Le Musée cantonal vaudois des Beaux-Arts

dimanche, 05.01.2020

Jacques Neirynck*

Jacques Neirynck.

Le Musée cantonal vaudois des Beaux-Arts (MCBA) a coûté 83,5 millions de francs, 40,7 % de ce montant étant financé par des dons privés. Il fut en partie appuyé dans sa création par une initiative légendaire du conservateur, à l’époque où quelques peintures étaient exposées dans des salles exigües du Palais de Rumine. Pour dénoncer ce manque de moyens, il mit en place une grève de l’exposition, des salles vides ou à peu près.

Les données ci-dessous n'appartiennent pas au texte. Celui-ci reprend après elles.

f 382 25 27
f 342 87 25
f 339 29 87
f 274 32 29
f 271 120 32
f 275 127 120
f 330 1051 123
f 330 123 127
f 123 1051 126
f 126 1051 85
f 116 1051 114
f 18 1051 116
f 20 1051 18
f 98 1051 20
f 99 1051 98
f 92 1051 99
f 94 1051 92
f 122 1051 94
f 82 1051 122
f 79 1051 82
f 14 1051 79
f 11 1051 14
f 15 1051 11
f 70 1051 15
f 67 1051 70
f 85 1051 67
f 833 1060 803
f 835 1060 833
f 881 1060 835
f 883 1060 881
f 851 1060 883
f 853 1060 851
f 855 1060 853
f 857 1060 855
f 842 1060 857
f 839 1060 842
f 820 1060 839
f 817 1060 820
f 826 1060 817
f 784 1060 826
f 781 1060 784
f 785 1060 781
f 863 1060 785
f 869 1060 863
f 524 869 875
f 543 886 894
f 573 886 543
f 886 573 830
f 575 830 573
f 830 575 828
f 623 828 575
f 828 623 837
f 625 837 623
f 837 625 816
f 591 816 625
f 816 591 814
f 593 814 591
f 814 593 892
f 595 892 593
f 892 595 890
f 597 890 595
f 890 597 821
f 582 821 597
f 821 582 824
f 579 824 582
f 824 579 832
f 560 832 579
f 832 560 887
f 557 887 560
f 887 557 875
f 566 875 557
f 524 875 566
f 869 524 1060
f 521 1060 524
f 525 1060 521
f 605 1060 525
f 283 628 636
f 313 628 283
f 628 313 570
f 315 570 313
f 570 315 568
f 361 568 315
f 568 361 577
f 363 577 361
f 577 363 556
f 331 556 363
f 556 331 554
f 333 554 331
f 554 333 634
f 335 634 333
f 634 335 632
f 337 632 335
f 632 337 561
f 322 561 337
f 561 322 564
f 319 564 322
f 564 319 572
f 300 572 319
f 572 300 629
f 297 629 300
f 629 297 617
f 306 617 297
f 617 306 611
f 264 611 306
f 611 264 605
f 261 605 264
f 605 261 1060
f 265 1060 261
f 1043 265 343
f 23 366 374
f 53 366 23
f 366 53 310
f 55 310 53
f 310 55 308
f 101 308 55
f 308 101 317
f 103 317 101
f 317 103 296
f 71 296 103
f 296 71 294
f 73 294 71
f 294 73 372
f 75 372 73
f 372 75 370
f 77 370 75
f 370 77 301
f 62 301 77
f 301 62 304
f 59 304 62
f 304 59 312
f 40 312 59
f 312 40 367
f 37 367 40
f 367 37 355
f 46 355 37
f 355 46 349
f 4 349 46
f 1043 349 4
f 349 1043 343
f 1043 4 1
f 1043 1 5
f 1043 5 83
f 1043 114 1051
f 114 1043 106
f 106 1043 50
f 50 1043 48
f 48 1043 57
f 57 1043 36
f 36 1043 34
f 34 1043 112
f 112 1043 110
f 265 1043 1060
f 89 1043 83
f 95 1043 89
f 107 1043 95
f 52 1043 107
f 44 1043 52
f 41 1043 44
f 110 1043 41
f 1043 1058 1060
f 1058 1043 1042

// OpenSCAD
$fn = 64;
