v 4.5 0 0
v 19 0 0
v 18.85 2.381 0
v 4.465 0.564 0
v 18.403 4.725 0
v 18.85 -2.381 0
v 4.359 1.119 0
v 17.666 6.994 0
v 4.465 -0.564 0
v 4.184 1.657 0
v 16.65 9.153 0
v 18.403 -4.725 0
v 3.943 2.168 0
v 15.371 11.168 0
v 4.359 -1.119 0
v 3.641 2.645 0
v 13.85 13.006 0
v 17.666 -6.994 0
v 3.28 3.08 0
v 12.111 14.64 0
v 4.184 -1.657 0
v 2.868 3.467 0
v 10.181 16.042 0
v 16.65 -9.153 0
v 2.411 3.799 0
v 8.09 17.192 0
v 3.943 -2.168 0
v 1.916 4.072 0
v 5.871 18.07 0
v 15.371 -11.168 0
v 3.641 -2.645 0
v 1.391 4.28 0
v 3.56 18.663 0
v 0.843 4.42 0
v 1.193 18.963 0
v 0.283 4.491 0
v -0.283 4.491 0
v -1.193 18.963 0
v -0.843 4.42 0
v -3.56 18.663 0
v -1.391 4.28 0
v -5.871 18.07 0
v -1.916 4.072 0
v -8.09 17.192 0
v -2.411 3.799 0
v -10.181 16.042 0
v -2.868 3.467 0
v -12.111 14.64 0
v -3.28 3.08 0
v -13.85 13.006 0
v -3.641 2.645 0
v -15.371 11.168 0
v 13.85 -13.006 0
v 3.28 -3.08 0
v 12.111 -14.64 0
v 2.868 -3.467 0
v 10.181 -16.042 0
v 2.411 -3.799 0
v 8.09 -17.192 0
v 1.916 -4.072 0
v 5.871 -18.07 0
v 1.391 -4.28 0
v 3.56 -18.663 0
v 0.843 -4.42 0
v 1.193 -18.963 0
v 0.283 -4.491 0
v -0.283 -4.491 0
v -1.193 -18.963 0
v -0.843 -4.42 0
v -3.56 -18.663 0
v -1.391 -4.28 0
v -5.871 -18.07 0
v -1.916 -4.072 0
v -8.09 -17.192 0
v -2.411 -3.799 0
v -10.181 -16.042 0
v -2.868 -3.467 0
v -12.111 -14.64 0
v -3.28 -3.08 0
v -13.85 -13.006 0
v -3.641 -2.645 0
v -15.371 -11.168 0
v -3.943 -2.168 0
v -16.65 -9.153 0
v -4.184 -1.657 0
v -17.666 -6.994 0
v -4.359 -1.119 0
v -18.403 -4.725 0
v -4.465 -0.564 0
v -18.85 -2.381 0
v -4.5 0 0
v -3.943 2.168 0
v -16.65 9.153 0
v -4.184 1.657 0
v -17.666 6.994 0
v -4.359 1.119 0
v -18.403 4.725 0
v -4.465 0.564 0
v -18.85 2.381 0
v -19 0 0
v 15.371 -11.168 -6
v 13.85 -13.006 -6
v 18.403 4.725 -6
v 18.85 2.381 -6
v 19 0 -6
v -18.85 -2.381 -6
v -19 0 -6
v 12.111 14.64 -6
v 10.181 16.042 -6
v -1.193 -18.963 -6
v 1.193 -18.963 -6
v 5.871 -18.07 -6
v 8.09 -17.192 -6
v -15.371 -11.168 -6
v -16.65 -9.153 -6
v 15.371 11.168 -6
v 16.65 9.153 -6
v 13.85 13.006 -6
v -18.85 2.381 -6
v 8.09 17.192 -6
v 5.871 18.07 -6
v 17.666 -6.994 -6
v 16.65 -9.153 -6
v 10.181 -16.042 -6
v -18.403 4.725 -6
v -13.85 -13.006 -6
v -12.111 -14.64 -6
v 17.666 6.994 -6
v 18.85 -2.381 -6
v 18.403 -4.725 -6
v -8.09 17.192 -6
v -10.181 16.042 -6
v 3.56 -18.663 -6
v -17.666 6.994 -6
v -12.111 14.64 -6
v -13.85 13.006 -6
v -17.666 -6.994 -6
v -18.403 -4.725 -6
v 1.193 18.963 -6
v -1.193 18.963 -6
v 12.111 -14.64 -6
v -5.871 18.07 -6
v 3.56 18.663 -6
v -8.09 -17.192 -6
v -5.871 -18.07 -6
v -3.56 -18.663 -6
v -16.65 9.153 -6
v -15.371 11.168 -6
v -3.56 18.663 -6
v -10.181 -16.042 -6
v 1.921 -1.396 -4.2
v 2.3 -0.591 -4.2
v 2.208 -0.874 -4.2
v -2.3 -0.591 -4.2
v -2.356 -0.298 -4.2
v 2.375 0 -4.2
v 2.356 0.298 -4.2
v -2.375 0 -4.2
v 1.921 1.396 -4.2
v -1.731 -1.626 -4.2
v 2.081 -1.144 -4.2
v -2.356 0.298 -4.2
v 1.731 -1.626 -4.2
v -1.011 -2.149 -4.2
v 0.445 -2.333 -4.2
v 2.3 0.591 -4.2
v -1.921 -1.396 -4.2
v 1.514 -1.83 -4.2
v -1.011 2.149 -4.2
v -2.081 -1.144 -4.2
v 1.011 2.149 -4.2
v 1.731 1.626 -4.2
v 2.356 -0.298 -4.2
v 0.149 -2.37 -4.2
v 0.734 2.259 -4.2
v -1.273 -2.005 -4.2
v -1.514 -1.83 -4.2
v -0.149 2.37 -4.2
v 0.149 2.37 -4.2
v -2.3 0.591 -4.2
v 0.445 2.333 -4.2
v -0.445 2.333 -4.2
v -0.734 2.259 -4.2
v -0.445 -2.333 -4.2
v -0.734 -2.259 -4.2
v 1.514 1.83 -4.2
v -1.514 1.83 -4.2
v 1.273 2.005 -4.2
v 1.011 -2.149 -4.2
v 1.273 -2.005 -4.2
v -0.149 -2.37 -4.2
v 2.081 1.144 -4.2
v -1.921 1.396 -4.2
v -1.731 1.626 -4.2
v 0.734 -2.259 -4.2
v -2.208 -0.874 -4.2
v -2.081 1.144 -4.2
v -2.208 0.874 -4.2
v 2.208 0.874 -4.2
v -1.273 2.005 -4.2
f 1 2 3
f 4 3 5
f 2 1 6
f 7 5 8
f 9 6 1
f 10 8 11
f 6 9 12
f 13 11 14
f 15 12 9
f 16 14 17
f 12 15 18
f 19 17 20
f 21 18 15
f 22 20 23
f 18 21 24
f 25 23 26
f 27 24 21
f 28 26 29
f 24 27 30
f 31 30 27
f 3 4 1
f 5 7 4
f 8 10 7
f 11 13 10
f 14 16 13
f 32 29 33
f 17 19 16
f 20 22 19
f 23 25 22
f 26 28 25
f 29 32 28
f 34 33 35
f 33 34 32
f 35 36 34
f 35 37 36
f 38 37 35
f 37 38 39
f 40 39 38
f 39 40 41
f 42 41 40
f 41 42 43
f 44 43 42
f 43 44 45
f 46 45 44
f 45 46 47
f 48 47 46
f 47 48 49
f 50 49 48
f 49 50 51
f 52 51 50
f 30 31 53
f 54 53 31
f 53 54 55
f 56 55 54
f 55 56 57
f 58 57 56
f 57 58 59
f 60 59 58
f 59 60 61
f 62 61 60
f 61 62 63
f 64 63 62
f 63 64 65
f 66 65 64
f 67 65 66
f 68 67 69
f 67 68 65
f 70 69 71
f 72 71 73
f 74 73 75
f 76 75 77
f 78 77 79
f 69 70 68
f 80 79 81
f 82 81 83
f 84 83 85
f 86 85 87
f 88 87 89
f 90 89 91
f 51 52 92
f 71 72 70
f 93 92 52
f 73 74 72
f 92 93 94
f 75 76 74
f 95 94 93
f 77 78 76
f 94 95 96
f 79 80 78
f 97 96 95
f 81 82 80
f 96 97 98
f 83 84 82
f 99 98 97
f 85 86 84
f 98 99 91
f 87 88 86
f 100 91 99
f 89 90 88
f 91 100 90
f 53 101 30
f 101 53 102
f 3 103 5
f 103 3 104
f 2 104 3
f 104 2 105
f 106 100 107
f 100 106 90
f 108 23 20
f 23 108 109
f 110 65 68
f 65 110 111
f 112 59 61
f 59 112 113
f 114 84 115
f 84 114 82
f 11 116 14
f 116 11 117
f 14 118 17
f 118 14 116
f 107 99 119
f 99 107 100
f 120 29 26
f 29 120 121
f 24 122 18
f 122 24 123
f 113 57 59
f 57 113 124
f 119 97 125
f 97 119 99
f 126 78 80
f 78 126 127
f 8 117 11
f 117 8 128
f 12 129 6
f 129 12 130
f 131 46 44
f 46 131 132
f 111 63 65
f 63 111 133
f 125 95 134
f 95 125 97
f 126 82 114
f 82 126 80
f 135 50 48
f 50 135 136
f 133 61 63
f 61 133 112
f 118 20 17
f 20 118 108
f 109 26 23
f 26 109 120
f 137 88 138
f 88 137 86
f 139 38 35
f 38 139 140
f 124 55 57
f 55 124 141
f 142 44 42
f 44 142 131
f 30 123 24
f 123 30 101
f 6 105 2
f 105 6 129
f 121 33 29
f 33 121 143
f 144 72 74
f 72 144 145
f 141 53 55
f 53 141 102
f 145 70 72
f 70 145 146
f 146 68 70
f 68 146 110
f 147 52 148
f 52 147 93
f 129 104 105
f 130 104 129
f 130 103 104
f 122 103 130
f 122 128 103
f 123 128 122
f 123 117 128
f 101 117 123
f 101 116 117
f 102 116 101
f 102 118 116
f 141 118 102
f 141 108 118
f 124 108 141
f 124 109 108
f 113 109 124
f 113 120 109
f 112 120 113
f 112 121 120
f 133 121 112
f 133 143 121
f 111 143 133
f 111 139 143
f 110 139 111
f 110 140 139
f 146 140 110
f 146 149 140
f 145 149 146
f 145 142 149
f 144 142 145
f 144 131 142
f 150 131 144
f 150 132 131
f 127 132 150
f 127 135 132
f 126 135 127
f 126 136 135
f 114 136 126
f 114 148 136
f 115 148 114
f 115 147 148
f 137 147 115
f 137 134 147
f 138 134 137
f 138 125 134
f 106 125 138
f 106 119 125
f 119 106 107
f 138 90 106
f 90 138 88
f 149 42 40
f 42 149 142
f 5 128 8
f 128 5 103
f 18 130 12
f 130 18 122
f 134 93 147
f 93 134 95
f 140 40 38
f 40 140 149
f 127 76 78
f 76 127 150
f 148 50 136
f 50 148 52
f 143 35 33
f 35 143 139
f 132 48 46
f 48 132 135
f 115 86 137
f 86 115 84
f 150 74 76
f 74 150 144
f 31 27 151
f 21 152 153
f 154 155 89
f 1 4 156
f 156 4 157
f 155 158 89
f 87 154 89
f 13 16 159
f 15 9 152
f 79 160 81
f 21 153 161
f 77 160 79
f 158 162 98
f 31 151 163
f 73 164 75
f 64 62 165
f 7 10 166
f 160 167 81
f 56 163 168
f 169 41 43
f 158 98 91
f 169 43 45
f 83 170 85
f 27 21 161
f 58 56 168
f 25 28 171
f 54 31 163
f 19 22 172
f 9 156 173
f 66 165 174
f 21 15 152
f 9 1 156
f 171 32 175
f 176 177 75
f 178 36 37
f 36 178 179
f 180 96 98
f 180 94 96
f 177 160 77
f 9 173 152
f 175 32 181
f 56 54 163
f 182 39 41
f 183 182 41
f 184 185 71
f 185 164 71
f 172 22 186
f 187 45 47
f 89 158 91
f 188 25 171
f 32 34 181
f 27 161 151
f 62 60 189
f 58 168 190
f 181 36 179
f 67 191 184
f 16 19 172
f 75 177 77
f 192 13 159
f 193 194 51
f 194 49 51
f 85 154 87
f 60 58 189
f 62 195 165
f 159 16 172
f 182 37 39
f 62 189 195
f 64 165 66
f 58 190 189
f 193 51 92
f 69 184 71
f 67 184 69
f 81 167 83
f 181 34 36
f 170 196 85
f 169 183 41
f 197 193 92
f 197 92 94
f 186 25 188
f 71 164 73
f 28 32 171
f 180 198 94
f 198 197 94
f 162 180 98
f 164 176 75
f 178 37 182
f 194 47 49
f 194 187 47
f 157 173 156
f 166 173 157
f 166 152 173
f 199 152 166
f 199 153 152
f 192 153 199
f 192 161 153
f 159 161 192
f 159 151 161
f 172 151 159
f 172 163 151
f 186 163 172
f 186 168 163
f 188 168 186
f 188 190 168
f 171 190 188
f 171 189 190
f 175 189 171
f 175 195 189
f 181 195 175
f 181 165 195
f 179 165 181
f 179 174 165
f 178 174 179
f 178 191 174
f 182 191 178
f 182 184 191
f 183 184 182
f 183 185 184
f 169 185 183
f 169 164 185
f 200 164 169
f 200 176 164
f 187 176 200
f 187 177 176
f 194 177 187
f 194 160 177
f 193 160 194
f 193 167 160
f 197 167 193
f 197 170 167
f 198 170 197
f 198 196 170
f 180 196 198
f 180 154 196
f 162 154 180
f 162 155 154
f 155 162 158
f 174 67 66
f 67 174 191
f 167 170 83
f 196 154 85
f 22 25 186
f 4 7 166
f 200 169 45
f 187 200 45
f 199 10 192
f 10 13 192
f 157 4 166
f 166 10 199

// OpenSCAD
$fn = 50;


difference() {
	union() {
		translate(v = [0, 0, -3.0000000000]) {
			cylinder(h = 3, r = 10.0000000000);
		}
		translate(v = [0, 0, -6.0000000000]) {
			cylinder(h = 6, r = 19.0000000000);
		}
	}
	union() {
		translate(v = [0, 0, 0]) {
			rotate(a = [0, 0, 0]) {
				difference() {
					union() {
						#translate(v = [0, 0, -3.0000000000]) {
							cylinder(h = 3, r = 2.2500000000);
						}
						#translate(v = [0, 0, -4.2000000000]) {
							cylinder(h = 4.2000000000, r = 10.0000000000, r1 = 2.3750000000, r2 = 4.5000000000);
						}
						#translate(v = [0, 0, -3.0000000000]) {
							cylinder(h = 3, r = 2.3750000000);
						}
						#translate(v = [0, 0, -3.0000000000]) {
							cylinder(h = 3, r = 2.2500000000);
						}
					}
					union();
				}
			}
		}
	}
}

A cette occasion il m’a ouvert la réserve et montré les richesses de celle-ci.
Il fallait manifestement un grand espace pour déployer ces trésors. D’où le bâtiment actuel. Or, une visite dans son état actuel révèle beaucoup de places perdues, des salles complètement vides et une conception homéopathique, microscopique, minimaliste des œuvres exposées. Le musée conserve un peu plus de 10.000 œuvres. Le legs du Dr Henri-Auguste Widmer comporte des œuvres essentielles de l’impressionnisme, du symbolisme et du post-impressionnisme. Degas, Renoir, Cézanne, Vuillard, Bonnard, Denis, Rodin et Maillol dialoguent désormais avec les Suisses François Bocion, Eugène Burnand, Ernest Biéler, Louise Breslau, Ferdinand Hodler, Giovanni Giacometti, et Marius Borgeaud. La Fondation Félix Vallotton possède la plus grande collection d’œuvres de Félix Vallotton (plus de 500 pièces). Or, si on ne peut pas dire que rien de ces richesses ne soit exposé, on est frappé par la rareté de leur accès par le public. Le public devrait être invité à visiter les réserves qui sont le véritable musée.
En revanche on découvre beaucoup «d’installations», c’est-à-dire d’objets quelconques dont «l’artiste» a décrété que c’était une œuvre d’art. Le prototype de cette contre-culture est le célèbre urinoir renversé de Marcel Duchamp, baptisé Fontaine et exposé en 1917. L’artiste n’est plus obligé d’apprendre les techniques de son art, car il proclame que la culture est ce qu’il veut qu’elle soit. Mieux encore, l’incompréhension de ses contemporains est devenue le critère de l’artiste véritable. Ce n’est plus une tentative de mettre en scène quelque chose qui soit beau mais hideux, qui ait un sens mais qui n’en ait pas.
Dans le MCBA, une salle entière illustre ce délire. À l’aide de matériaux pauvres, panneaux en bois, tables pliantes, tissu rouge, photocopies, carton, plastique, feuille d’aluminium, Thomas Hirschhorn pratique le «bricolage» à grande échelle, «au service d’un travail concis, énergique, immédiatement efficace, sans hiérarchie, où tout est relié et où les aspects formels découlent de l’urgence du message à transmettre.» Sa devise est révélatrice: «Énergie = oui! Qualité = non!». Le message saute aux yeux. Cette décharge représente le monde dans lequel nous vivons. Merci, on le savait. Merci de nous enfoncer dans le désespoir.
À l’inverse des siècles précédents, ce que l’on appelle la culture ne s’efforce plus de donner du sens à la vie ordinaire. Elle ridiculise la société en montrant que la vie n’a pas de sens et qu’elle repose sur une exploitation de l’homme par l’homme. En fin de compte tout est absurde, à commencer par la vie. Telle semble être la conception à la base du MCBA. Ce n’est pas la nôtre.